What to do => The entries below contain a line with "Polygon((101.6, 25.4), (50.8, 101.6), (50.8, 25.4), align=None)" and a line with "A parametric FreeCAD". Retype exactly everything from the first down to the second, both included, and nothing else.
*** Begin section ***
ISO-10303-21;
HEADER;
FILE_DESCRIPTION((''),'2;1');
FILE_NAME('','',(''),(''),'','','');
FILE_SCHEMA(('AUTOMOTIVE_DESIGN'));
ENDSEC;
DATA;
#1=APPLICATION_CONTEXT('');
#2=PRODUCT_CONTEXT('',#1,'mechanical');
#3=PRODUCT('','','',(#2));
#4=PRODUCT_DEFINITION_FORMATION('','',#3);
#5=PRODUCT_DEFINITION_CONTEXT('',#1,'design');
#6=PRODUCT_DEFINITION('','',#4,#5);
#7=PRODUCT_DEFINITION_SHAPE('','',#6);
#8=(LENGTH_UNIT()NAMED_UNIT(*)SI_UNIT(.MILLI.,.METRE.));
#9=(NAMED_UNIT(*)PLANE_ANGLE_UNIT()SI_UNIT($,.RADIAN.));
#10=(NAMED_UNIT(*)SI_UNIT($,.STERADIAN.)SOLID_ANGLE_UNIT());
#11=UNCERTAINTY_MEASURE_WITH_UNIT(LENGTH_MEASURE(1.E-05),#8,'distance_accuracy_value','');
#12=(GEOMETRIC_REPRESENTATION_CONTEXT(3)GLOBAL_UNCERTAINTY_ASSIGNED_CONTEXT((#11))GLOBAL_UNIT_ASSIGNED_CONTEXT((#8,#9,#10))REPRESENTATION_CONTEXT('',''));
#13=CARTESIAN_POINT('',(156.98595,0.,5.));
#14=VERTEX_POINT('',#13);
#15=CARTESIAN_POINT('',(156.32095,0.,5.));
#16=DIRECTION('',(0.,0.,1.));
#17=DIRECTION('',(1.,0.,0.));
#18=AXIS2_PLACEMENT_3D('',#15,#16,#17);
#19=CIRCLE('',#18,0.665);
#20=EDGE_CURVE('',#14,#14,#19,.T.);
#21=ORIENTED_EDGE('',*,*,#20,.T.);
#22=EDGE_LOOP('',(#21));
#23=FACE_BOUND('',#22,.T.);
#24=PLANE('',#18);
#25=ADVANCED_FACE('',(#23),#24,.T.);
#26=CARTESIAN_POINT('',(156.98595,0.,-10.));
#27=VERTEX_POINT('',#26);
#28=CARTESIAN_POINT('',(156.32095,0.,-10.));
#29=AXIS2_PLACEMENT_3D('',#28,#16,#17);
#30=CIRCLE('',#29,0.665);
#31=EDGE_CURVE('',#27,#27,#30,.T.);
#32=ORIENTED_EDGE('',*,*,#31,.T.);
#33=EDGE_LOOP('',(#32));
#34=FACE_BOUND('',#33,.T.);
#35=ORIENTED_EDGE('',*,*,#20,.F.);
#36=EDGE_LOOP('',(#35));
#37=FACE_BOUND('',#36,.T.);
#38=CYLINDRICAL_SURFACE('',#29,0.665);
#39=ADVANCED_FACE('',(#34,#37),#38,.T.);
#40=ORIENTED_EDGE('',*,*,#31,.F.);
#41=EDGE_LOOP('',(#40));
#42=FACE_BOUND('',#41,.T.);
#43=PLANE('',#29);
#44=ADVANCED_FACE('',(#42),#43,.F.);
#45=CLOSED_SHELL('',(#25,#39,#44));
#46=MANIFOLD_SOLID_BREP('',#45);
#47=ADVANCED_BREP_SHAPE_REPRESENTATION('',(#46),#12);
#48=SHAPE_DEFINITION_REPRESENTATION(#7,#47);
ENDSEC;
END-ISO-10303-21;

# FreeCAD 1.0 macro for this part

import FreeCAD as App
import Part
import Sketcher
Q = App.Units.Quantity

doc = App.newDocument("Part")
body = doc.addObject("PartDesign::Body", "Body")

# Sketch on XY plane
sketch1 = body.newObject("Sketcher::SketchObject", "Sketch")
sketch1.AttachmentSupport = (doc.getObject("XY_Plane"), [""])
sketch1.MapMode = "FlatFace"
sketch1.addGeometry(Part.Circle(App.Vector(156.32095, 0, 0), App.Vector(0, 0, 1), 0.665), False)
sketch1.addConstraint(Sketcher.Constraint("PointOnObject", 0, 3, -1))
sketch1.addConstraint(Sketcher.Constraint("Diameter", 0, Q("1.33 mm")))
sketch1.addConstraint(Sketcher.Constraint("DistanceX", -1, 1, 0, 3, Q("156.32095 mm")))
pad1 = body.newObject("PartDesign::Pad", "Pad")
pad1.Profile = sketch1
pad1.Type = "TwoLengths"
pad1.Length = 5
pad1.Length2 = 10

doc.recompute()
*** End section ***
*** Begin section ***
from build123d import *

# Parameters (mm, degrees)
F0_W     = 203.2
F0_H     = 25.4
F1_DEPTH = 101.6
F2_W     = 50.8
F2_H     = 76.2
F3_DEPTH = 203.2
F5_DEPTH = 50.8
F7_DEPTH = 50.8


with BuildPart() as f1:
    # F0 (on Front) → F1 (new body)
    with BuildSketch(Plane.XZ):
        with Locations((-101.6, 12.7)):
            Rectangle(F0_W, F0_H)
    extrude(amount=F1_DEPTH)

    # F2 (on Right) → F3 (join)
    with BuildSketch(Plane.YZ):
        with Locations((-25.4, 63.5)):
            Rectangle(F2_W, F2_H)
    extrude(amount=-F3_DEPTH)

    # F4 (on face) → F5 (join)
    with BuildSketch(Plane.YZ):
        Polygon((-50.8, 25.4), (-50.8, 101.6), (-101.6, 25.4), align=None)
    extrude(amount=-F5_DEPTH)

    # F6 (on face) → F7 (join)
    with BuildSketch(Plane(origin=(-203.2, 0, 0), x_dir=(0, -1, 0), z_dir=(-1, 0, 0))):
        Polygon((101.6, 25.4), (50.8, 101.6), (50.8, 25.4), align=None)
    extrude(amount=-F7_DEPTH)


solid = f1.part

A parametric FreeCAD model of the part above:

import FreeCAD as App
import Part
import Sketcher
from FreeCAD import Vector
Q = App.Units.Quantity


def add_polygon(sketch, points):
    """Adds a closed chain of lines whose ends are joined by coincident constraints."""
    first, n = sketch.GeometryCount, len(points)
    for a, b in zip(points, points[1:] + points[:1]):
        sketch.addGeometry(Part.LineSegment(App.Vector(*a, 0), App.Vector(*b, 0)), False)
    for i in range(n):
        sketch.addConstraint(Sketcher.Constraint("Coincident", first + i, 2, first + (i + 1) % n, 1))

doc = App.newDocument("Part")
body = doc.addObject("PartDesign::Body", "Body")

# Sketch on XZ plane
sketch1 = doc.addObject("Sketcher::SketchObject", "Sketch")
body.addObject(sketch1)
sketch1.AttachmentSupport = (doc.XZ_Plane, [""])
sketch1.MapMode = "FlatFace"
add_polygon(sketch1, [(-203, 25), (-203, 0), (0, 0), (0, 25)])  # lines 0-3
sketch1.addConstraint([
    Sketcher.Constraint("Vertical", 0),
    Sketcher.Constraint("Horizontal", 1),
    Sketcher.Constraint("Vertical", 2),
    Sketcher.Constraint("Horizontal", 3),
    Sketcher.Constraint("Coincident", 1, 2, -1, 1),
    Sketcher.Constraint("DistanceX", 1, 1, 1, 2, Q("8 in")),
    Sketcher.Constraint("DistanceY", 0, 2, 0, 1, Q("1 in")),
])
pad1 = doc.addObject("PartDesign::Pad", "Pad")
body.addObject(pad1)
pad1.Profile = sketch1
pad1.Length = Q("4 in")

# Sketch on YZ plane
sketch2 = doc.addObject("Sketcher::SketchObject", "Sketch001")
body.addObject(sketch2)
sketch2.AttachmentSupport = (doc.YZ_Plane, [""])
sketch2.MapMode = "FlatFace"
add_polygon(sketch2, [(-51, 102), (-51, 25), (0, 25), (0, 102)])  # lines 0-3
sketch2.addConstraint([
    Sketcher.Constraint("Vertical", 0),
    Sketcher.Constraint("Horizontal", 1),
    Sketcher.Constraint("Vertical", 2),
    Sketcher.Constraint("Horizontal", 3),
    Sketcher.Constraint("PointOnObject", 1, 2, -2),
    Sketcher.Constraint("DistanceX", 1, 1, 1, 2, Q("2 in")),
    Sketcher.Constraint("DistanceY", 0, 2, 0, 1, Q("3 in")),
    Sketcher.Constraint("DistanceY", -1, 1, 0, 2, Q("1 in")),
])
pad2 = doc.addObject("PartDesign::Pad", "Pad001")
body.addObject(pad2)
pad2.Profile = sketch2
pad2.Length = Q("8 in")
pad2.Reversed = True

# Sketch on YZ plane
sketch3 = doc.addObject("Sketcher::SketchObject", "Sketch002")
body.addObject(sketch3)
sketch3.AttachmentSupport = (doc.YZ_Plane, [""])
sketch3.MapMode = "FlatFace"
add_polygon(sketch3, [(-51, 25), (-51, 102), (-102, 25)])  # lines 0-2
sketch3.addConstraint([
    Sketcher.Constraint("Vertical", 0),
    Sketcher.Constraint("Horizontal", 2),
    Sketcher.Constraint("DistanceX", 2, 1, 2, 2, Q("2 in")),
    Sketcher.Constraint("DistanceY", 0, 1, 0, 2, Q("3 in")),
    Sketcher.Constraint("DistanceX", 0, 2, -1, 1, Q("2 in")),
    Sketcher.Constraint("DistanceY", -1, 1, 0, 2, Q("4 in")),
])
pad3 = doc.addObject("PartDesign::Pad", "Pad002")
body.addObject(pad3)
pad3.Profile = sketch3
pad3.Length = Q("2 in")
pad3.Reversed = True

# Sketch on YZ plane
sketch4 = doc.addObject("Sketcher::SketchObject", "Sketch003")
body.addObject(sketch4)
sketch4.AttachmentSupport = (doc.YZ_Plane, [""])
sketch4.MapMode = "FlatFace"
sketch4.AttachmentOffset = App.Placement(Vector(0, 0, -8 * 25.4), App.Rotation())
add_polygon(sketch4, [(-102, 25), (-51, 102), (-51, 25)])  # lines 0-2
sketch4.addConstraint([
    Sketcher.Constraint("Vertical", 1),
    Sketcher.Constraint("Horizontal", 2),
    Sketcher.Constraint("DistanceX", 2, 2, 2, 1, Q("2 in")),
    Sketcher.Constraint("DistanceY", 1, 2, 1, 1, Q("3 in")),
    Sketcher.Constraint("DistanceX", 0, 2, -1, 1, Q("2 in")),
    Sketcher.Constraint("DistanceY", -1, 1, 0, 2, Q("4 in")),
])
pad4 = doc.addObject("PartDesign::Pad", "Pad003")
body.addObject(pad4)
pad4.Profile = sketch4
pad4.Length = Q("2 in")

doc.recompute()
*** End section ***
Answer to this problem =>
        Polygon((101.6, 25.4), (50.8, 101.6), (50.8, 25.4), align=None)
    extrude(amount=-F7_DEPTH)


solid = f1.part

A parametric FreeCAD model of the part above:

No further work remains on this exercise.